Give again, word for word, each line below starting at the one that contains "extrude(amount=-WYTNIJ_WYCI_GNI_CIE2_DEPTH, mode=Mode.SUBTRACT)" and ending at the one that contains "# Szkic5 → Wytnij-wyci_gni_cie3 (cut)".

(Information)

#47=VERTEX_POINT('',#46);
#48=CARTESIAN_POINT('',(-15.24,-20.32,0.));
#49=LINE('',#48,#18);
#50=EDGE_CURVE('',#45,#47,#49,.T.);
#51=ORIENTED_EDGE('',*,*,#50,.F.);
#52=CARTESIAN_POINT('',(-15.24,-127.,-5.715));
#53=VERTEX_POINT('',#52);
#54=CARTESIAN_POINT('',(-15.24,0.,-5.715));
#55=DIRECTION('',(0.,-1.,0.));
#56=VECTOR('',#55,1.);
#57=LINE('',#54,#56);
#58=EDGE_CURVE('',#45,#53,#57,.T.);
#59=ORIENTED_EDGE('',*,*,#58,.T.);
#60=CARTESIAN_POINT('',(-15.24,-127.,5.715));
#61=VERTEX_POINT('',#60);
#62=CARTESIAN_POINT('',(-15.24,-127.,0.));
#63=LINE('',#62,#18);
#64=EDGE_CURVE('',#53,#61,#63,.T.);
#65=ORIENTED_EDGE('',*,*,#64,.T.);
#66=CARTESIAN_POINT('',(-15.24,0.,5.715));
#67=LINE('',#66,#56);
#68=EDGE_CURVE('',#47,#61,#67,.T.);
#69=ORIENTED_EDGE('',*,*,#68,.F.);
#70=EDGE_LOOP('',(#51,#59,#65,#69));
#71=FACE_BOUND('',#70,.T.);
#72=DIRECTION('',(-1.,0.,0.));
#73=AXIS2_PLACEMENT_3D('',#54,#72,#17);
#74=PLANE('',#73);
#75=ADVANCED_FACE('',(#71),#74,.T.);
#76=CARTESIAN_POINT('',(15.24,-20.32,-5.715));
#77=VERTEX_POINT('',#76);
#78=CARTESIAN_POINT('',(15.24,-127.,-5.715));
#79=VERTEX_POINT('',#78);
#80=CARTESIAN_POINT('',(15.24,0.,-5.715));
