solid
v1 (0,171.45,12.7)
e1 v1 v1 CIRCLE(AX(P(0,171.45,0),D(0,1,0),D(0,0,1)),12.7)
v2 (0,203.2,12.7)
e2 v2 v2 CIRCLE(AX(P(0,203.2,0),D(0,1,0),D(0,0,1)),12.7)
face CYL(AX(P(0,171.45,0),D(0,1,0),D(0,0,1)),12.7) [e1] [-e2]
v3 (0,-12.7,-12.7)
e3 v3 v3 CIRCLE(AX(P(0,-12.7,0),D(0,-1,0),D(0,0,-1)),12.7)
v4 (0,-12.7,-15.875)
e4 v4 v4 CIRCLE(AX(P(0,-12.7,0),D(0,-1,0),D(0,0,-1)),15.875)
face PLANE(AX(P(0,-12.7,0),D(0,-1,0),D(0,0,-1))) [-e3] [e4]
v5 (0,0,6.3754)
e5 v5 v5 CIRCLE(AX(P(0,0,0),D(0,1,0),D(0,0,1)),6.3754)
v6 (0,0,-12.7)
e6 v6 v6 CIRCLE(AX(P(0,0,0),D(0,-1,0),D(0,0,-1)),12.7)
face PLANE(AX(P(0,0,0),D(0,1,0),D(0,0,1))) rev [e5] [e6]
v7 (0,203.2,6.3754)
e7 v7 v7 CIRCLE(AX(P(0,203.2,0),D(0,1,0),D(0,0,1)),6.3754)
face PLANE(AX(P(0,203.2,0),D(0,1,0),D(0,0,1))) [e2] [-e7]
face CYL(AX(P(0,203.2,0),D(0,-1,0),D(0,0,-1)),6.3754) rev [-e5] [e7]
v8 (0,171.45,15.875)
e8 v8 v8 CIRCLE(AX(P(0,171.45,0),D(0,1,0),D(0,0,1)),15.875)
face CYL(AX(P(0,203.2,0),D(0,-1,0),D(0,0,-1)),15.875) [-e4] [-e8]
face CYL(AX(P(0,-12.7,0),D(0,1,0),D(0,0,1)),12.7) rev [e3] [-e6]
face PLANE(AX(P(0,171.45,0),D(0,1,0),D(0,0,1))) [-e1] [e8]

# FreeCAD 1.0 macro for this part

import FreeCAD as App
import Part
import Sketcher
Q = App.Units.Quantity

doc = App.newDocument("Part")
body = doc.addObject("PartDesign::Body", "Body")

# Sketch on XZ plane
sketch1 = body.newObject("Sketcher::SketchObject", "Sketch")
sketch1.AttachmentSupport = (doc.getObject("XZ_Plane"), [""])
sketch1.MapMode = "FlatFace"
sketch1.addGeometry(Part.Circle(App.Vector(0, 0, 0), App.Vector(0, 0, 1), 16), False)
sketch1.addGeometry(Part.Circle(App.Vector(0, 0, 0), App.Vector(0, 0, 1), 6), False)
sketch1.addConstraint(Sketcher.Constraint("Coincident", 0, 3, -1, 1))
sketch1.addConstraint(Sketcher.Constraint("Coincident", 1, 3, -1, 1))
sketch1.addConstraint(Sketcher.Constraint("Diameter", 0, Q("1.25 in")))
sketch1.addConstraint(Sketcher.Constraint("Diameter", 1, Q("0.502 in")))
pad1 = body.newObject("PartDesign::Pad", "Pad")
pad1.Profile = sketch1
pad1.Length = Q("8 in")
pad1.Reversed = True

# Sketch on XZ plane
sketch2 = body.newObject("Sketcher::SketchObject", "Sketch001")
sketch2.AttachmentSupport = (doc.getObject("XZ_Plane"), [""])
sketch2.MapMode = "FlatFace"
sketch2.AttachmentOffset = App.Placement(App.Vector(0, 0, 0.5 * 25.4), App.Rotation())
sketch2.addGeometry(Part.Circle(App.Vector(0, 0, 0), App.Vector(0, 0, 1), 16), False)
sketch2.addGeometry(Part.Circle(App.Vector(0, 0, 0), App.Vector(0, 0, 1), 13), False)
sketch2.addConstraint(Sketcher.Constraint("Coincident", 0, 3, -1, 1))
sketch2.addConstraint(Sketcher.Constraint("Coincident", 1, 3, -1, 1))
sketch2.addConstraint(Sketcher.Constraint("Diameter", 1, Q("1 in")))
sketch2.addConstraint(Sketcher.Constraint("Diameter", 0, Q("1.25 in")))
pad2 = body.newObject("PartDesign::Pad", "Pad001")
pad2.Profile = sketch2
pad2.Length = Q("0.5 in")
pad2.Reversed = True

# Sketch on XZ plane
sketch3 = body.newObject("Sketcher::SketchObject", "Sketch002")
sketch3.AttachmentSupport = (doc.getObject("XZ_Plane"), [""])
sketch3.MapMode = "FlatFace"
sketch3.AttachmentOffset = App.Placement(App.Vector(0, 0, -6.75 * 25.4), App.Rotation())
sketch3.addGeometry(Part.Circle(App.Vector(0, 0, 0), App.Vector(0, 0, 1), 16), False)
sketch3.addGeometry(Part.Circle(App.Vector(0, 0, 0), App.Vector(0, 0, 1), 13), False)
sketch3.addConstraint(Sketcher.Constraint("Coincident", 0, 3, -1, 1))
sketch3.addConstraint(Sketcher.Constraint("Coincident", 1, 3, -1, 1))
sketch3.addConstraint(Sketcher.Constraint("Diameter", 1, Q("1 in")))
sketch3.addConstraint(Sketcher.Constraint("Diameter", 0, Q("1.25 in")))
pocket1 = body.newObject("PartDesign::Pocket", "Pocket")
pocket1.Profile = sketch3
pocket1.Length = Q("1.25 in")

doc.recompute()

(End Information)
(Information)

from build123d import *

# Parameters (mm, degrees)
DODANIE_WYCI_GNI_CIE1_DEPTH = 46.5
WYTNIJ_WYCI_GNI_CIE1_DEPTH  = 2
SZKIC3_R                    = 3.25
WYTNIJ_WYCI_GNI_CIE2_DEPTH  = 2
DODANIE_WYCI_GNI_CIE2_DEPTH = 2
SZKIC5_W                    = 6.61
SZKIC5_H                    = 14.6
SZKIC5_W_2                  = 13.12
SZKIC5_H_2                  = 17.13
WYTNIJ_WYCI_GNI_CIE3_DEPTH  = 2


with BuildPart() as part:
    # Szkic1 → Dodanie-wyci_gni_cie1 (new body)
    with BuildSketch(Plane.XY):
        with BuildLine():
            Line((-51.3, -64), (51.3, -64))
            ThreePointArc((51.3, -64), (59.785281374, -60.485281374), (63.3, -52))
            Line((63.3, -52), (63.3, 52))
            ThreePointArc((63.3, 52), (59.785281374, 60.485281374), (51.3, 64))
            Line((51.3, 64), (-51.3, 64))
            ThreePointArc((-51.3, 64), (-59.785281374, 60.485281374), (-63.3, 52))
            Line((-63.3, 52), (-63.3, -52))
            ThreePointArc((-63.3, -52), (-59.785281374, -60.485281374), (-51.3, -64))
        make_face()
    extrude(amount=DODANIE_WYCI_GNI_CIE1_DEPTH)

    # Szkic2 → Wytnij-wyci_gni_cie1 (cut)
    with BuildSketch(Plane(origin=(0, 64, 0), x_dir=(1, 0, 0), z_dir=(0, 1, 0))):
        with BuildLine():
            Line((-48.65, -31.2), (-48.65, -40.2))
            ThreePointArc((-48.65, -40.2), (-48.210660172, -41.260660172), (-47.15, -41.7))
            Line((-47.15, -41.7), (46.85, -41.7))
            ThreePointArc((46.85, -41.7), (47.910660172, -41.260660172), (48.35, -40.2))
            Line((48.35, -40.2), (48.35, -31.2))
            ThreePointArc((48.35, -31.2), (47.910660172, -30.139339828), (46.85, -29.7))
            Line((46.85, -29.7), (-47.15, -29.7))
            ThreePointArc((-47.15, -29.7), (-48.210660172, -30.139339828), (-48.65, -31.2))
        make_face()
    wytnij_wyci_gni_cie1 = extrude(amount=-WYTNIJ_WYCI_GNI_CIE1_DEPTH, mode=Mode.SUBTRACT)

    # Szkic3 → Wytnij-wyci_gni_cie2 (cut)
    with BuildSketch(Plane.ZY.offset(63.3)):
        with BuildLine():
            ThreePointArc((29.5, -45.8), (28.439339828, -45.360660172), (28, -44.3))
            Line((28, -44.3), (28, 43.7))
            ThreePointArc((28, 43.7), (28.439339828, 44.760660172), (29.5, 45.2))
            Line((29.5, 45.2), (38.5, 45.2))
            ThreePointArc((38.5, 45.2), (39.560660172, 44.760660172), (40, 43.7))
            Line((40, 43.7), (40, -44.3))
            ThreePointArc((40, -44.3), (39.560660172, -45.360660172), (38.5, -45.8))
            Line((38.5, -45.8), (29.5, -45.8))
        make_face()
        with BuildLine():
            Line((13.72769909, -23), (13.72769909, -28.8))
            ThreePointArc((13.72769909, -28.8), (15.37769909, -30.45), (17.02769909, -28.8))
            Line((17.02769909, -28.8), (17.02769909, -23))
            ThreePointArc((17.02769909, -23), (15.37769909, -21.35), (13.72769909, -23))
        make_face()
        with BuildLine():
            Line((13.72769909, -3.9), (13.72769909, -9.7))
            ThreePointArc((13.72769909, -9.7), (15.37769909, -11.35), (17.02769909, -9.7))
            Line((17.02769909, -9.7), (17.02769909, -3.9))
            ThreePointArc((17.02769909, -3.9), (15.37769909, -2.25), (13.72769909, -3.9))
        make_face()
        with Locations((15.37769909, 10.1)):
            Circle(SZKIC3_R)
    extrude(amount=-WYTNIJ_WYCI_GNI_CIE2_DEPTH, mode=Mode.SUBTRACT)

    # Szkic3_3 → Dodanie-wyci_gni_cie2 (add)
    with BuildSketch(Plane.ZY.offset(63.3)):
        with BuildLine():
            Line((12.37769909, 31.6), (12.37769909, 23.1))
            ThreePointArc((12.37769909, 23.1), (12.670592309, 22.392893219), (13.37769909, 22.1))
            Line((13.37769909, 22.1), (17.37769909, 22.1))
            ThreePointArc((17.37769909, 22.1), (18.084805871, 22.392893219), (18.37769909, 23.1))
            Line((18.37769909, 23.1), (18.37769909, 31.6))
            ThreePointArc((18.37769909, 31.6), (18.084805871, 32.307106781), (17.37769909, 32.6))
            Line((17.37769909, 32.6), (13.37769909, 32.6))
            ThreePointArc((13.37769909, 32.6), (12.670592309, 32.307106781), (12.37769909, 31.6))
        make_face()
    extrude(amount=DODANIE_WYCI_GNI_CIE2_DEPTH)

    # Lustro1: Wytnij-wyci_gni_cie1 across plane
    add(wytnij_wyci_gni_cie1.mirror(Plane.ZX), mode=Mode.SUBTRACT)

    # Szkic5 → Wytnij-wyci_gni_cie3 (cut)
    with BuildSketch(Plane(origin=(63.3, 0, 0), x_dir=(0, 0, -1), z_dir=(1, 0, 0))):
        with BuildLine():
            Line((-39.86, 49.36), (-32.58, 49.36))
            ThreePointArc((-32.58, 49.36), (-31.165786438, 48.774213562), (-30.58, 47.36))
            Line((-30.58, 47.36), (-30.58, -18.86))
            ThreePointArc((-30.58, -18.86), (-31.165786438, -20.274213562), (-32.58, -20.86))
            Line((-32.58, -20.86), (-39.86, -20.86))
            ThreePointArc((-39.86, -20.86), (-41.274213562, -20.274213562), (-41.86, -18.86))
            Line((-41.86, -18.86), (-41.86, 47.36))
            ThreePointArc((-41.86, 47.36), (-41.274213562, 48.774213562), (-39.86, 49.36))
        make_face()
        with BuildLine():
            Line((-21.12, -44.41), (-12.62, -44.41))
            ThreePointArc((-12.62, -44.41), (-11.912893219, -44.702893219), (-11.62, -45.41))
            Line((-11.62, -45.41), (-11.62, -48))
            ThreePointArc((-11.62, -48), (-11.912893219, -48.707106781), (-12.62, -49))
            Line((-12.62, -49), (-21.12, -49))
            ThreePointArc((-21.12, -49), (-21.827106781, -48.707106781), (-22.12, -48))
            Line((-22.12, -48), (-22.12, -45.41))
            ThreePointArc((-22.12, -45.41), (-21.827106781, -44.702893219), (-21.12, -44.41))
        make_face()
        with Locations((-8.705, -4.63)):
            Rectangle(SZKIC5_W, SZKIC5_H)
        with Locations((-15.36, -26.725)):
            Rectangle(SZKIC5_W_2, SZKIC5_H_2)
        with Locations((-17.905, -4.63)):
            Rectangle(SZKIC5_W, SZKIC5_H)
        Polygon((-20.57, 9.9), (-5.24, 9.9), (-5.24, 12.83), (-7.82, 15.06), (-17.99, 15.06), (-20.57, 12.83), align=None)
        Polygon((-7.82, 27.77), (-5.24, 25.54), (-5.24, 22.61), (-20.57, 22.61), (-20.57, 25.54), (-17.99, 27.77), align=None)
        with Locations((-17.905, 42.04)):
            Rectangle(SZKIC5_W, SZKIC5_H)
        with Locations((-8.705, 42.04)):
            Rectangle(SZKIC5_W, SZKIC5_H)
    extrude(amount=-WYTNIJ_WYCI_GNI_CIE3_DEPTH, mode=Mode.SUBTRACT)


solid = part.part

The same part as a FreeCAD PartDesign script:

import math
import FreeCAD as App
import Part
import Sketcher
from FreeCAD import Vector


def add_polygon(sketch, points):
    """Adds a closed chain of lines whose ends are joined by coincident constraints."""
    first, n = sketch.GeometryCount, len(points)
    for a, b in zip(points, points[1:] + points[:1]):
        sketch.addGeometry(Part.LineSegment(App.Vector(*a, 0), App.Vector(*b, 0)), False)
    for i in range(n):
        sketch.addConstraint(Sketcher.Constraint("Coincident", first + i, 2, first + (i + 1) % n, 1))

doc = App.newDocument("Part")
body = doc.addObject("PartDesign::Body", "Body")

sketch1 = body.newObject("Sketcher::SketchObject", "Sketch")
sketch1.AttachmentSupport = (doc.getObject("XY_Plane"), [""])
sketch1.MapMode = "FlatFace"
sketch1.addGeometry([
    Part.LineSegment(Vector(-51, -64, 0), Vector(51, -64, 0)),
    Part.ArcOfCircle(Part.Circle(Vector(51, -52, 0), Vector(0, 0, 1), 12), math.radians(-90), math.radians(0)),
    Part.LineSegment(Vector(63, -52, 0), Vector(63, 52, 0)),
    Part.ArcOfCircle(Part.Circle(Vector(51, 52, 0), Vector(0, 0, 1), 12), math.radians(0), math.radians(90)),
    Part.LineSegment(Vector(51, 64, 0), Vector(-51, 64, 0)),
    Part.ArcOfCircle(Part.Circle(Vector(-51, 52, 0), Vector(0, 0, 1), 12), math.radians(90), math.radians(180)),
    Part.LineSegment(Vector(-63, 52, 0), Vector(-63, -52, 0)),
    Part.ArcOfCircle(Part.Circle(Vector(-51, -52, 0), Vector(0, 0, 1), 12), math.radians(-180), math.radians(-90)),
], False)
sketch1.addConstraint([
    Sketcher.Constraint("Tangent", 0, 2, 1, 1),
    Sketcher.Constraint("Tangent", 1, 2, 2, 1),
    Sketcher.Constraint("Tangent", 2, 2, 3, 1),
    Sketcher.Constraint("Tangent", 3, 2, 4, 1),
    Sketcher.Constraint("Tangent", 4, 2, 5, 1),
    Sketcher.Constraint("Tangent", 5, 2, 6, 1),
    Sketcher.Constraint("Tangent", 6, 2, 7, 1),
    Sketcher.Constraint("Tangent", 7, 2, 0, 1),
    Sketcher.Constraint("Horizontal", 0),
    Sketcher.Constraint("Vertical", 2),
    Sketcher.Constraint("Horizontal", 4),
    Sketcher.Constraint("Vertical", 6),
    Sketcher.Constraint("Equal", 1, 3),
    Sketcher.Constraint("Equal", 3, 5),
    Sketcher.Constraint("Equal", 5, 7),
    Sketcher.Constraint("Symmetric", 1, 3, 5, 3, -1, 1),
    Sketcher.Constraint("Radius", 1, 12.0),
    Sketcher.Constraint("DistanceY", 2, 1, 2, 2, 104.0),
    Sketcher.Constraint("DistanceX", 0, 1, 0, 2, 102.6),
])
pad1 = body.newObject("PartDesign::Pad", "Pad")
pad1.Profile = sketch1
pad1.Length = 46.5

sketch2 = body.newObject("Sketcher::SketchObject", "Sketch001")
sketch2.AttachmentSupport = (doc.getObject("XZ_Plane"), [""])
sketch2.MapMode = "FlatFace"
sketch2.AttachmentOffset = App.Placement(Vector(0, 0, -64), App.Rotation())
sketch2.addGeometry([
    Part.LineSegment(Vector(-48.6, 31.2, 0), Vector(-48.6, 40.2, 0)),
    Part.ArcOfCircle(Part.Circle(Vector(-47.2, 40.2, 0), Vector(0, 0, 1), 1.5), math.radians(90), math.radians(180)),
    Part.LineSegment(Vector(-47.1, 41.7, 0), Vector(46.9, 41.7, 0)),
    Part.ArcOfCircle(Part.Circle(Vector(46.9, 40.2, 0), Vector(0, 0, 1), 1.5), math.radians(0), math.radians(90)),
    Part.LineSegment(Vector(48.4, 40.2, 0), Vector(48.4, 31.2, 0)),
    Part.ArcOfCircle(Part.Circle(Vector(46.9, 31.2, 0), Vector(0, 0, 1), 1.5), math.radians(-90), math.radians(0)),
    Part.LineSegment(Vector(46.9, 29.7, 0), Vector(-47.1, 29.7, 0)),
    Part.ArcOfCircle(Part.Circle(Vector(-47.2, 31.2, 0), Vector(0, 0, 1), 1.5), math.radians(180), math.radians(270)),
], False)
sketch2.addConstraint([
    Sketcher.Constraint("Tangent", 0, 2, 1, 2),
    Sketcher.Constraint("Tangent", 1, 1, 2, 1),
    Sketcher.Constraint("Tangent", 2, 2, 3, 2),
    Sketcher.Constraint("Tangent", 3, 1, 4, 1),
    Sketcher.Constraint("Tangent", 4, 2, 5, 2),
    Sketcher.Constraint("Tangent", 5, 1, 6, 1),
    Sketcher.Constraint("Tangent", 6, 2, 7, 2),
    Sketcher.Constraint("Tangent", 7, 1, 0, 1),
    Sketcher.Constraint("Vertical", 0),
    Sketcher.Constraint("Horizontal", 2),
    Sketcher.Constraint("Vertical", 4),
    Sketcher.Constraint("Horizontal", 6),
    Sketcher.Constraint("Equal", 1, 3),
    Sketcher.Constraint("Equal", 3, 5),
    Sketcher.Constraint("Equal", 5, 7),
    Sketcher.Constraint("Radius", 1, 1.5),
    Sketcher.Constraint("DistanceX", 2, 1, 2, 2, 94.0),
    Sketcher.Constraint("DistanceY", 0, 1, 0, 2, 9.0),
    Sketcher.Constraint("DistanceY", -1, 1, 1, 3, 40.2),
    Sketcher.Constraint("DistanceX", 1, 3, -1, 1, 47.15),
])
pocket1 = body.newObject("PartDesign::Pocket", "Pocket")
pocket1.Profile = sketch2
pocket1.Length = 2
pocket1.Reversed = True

(End Information)

Response to this task:
    extrude(amount=-WYTNIJ_WYCI_GNI_CIE2_DEPTH, mode=Mode.SUBTRACT)

    # Szkic3_3 → Dodanie-wyci_gni_cie2 (add)
    with BuildSketch(Plane.ZY.offset(63.3)):
        with BuildLine():
            Line((12.37769909, 31.6), (12.37769909, 23.1))
            ThreePointArc((12.37769909, 23.1), (12.670592309, 22.392893219), (13.37769909, 22.1))
            Line((13.37769909, 22.1), (17.37769909, 22.1))
            ThreePointArc((17.37769909, 22.1), (18.084805871, 22.392893219), (18.37769909, 23.1))
            Line((18.37769909, 23.1), (18.37769909, 31.6))
            ThreePointArc((18.37769909, 31.6), (18.084805871, 32.307106781), (17.37769909, 32.6))
            Line((17.37769909, 32.6), (13.37769909, 32.6))
            ThreePointArc((13.37769909, 32.6), (12.670592309, 32.307106781), (12.37769909, 31.6))
        make_face()
    extrude(amount=DODANIE_WYCI_GNI_CIE2_DEPTH)

    # Lustro1: Wytnij-wyci_gni_cie1 across plane
    add(wytnij_wyci_gni_cie1.mirror(Plane.ZX), mode=Mode.SUBTRACT)

    # Szkic5 → Wytnij-wyci_gni_cie3 (cut)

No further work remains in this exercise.